Surely he could gauge the price on what he paid for it initially?


----------



## gavcross69 (Jan 8, 2008)

*price*

if anyone interested pm me and il put you intouch with him! must have DWA and show it on collection!

i dont know too much about it i just thought id ask but he is defo selling it! so il put anyone interested intouch with him then you can sort the price out with him!


----------



## gavcross69 (Jan 8, 2008)

*sorry*

sorry forgot to tell you more about her! female albino monacle around 6 foot mark eats like a pig even when in sheds full skins nearly everytime! got a pic of her but it doesnt do her any justice!!!










sorry its on its side didnt rotate it!!











she is a beautiful snake but very hard to work with!!


----------



## brian (Oct 22, 2005)

Is that one chard's shipley


----------



## 400runner (May 15, 2006)

why don't you give dave priestley at dps exotics in warminster a ring? he's got a few kaouthia morphs!


----------



## gavcross69 (Jan 8, 2008)

*cheers mate*

it seems a little far away but il give it a try! do you have an email addy or does he have a name on rfuk???


----------



## 400runner (May 15, 2006)

sorry, i thought you were just looking for someone to give you an idea on price! the shop number is 01985 220409 if you want to speak to him about the value of the snake


----------



## Declan123 (Dec 29, 2007)

gavcross69 said:


> it seems a little far away but il give it a try! do you have an email addy or does he have a name on rfuk???

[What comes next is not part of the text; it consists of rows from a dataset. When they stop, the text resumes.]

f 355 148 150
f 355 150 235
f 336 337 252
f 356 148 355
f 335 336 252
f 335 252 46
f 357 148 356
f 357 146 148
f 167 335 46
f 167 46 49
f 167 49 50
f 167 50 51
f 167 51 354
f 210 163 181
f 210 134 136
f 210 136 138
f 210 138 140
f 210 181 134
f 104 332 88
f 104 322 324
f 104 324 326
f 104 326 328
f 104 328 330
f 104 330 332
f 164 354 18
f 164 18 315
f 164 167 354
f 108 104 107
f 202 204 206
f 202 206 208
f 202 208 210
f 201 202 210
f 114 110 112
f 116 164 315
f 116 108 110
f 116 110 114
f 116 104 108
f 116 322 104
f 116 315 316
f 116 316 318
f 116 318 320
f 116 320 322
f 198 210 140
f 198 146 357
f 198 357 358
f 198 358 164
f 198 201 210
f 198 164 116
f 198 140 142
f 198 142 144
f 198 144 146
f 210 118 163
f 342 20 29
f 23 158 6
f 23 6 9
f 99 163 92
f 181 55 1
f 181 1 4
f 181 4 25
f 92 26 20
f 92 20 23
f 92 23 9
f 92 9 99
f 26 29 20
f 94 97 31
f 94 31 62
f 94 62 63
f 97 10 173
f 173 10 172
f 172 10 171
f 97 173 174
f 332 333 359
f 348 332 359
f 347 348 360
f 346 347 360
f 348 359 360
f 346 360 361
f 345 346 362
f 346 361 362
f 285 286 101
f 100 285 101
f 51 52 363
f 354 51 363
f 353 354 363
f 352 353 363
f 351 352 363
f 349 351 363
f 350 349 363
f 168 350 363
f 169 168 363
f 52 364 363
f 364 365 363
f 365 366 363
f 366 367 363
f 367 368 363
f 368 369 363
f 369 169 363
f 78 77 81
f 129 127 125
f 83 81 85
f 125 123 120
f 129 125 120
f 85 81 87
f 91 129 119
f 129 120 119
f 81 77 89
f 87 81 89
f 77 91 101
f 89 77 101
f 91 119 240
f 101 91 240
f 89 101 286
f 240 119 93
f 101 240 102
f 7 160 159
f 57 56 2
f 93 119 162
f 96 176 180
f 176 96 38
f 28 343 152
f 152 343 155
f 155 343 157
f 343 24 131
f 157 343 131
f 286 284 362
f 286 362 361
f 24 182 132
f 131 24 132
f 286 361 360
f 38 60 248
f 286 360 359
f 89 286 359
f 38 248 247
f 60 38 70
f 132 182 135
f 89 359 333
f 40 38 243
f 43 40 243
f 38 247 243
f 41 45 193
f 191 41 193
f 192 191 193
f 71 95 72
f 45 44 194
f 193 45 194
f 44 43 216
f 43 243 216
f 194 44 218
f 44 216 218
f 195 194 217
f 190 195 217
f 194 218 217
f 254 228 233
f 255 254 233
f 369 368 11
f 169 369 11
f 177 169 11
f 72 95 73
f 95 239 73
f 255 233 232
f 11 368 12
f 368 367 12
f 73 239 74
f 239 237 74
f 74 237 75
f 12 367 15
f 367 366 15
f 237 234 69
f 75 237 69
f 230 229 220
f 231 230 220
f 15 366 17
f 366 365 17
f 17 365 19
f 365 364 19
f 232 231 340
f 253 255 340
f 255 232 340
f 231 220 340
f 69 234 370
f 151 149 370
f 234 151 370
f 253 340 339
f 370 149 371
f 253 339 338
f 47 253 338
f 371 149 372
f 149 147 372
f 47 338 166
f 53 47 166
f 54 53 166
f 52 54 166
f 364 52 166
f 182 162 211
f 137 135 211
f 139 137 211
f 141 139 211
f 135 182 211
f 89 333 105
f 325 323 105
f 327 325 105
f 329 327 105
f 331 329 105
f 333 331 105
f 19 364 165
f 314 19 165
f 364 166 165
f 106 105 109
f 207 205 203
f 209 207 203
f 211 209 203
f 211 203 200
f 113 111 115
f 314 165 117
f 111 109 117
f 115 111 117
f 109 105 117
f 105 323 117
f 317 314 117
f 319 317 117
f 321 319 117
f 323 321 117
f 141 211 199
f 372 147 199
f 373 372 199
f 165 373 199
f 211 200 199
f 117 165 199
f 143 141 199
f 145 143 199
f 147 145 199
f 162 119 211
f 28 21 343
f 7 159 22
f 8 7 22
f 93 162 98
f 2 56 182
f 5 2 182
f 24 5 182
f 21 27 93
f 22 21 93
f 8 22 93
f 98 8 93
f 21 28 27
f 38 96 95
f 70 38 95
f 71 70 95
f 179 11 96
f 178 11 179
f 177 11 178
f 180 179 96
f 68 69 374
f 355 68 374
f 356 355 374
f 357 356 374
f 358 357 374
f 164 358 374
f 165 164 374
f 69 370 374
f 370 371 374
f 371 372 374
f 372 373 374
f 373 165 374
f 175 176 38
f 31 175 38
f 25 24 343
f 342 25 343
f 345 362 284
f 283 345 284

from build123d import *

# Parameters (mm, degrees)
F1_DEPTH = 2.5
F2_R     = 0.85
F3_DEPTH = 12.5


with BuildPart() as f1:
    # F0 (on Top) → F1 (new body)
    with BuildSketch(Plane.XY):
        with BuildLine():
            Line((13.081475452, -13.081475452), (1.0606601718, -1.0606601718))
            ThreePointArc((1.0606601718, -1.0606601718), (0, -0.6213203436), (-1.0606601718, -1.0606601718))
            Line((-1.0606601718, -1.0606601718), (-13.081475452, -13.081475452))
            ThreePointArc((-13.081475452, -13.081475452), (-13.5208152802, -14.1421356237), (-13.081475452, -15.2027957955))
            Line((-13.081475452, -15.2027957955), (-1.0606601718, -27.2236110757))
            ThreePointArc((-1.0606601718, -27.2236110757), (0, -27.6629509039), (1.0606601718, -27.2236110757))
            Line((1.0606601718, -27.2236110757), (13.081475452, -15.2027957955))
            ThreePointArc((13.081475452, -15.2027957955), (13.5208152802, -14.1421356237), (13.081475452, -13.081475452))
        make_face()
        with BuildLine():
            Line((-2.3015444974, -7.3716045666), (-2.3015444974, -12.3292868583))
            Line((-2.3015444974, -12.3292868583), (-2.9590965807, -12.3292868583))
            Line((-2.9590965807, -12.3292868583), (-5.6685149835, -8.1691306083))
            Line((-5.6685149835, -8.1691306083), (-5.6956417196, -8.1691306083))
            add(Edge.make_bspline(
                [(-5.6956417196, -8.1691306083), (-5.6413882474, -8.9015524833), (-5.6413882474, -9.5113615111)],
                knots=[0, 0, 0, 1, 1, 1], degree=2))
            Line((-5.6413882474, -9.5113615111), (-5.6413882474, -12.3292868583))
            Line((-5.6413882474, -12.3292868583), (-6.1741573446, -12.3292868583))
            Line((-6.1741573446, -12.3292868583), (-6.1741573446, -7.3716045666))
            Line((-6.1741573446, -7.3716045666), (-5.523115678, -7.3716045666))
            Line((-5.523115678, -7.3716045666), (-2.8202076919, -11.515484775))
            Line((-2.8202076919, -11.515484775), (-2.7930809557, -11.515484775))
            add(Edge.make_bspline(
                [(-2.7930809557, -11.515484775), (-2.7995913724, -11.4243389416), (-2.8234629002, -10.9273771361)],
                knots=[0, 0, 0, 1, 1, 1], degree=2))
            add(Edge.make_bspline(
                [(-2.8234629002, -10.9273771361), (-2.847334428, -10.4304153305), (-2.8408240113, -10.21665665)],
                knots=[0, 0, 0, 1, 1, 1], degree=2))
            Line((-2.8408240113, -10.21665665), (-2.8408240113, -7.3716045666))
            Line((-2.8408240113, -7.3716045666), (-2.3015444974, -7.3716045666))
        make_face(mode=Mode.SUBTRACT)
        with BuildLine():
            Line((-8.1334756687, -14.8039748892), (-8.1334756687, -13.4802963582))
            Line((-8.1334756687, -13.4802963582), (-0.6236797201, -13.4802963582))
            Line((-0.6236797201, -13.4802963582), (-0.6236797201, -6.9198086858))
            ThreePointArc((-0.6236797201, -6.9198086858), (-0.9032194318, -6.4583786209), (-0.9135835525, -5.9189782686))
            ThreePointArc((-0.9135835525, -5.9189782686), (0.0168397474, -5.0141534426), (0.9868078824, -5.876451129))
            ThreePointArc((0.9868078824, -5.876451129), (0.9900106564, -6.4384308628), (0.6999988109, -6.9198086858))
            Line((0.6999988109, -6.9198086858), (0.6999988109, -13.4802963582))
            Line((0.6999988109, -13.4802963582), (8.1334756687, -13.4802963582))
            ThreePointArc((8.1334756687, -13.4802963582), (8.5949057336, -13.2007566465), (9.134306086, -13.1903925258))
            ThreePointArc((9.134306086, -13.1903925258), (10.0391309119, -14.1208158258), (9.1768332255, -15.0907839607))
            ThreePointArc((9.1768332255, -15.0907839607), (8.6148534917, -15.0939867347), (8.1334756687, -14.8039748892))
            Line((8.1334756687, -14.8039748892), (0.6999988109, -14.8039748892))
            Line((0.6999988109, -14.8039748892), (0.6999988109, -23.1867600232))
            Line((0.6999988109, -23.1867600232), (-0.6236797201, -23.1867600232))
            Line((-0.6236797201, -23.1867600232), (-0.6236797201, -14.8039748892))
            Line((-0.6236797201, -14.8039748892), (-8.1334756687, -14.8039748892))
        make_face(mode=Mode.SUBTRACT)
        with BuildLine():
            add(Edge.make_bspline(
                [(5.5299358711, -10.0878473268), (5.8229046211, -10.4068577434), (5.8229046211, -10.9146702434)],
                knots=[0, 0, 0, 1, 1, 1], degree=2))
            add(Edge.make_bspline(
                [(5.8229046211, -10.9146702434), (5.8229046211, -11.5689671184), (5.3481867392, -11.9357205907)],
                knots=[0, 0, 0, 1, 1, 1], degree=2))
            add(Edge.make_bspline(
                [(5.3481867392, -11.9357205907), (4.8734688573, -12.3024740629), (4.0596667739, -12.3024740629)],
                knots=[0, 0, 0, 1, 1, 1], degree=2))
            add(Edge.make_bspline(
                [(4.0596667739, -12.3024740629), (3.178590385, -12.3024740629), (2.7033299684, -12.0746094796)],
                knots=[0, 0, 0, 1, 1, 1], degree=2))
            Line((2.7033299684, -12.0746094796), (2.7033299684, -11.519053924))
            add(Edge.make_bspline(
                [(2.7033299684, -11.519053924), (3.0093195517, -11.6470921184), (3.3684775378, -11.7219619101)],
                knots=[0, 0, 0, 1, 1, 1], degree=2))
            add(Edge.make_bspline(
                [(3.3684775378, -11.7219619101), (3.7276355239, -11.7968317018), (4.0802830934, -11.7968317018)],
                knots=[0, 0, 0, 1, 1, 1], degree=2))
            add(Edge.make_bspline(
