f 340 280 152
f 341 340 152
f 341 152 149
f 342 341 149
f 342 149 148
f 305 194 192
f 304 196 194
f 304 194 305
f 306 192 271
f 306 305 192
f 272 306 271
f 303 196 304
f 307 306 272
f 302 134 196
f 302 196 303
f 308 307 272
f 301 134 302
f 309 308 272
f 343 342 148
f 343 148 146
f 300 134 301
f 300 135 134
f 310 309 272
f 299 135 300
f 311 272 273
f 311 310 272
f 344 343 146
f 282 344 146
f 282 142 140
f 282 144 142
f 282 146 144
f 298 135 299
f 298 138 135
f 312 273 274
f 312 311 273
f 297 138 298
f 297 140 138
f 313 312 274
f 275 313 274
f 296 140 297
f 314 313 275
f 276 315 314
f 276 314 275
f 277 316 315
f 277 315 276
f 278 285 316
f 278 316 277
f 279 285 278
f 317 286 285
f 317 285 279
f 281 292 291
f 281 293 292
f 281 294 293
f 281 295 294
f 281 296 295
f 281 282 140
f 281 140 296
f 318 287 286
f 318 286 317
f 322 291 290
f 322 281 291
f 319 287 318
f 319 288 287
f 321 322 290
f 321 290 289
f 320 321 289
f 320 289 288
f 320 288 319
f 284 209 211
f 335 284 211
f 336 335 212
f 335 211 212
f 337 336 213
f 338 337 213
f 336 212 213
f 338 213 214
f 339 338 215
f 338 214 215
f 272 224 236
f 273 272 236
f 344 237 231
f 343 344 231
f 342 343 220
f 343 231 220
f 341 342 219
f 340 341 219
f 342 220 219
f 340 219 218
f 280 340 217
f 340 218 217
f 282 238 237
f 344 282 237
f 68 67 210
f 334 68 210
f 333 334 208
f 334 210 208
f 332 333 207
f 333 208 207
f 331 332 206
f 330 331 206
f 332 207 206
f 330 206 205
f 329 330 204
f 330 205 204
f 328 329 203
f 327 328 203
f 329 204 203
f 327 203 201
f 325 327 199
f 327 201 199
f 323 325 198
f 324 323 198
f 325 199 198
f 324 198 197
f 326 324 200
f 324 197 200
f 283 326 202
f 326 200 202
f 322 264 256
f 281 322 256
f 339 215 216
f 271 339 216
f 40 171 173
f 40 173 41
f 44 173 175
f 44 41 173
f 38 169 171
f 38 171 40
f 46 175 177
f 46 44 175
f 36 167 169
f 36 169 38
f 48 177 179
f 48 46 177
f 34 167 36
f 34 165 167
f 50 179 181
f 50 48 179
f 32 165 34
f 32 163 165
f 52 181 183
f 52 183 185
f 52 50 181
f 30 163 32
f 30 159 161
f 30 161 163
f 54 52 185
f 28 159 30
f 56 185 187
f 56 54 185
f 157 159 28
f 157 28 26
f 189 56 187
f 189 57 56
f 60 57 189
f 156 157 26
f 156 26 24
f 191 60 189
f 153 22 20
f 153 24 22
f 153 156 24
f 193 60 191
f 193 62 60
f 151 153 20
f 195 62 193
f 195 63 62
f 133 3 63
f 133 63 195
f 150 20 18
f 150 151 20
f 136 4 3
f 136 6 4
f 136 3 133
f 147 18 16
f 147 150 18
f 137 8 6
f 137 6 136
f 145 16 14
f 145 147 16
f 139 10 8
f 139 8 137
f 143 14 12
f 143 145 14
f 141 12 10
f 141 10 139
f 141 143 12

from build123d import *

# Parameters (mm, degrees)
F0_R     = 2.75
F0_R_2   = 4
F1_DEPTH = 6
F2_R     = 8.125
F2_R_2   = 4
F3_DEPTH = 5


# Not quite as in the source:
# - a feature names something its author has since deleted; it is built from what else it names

I take it you have a DWA, please can you show me your Hot Room


----------



## gavcross69 (Jan 8, 2008)

*hot room!*



Declan123 said:


> I take it you have a DWA, please can you show me your Hot Room


ive only just got my DWAL and i am halfway through converting my garage into another rep room for my hots but as soon as its finished i will post some pics! its gonna take a while tho ive got a lot planned for it!


----------



## Declan123 (Dec 29, 2007)

Righto, cheers dude : victory:


----------



## Rob Wallace (Sep 24, 2006)

why wud u sell that... i think that might be the nicest snake i have ever seen. :notworthy:


----------



## brittone05 (Sep 29, 2006)

Could you not maybe give Glidergirl a shout - her partner and her breed albino monacled cobras I beleive and she should be able to give you ideas on price and prospective buyers etc


----------



## gavcross69 (Jan 8, 2008)

*thanks*



brittone05 said:


> Could you not maybe give Glidergirl a shout - her partner and her breed albino monacled cobras I beleive and she should be able to give you ideas on price and prospective buyers etc


never new about them i will try contact them! the reason for sale is she is sycho when it comes to cleaning her out!!


----------



## Synergy (Dec 5, 2007)

gavcross69 said:


> never new about them i will try contact them! the reason for sale is she is sycho when it comes to cleaning her out!!


What you want her to be?

Its a Cobra lol there not known for ther kitten soft attitudes.


----------



## mark elliott (Feb 5, 2007)

i would say 3 to 4 hundred pounds going on the infomation given to me by brian at reptle zone


----------



## Scales and Fangs (Mar 22, 2007)

I may well be very interested in this snake, could you pass me the contact details of the owner please.

Ta mate

Rob.


----------



## glidergirl (Nov 27, 2006)

Not all cobras are psychos, we have a completely stupid egyptian cobra, and a completely stupid albino monacled cobra. It's all down to the handling, not that all calm down ... tell you what, I'll shut up now! 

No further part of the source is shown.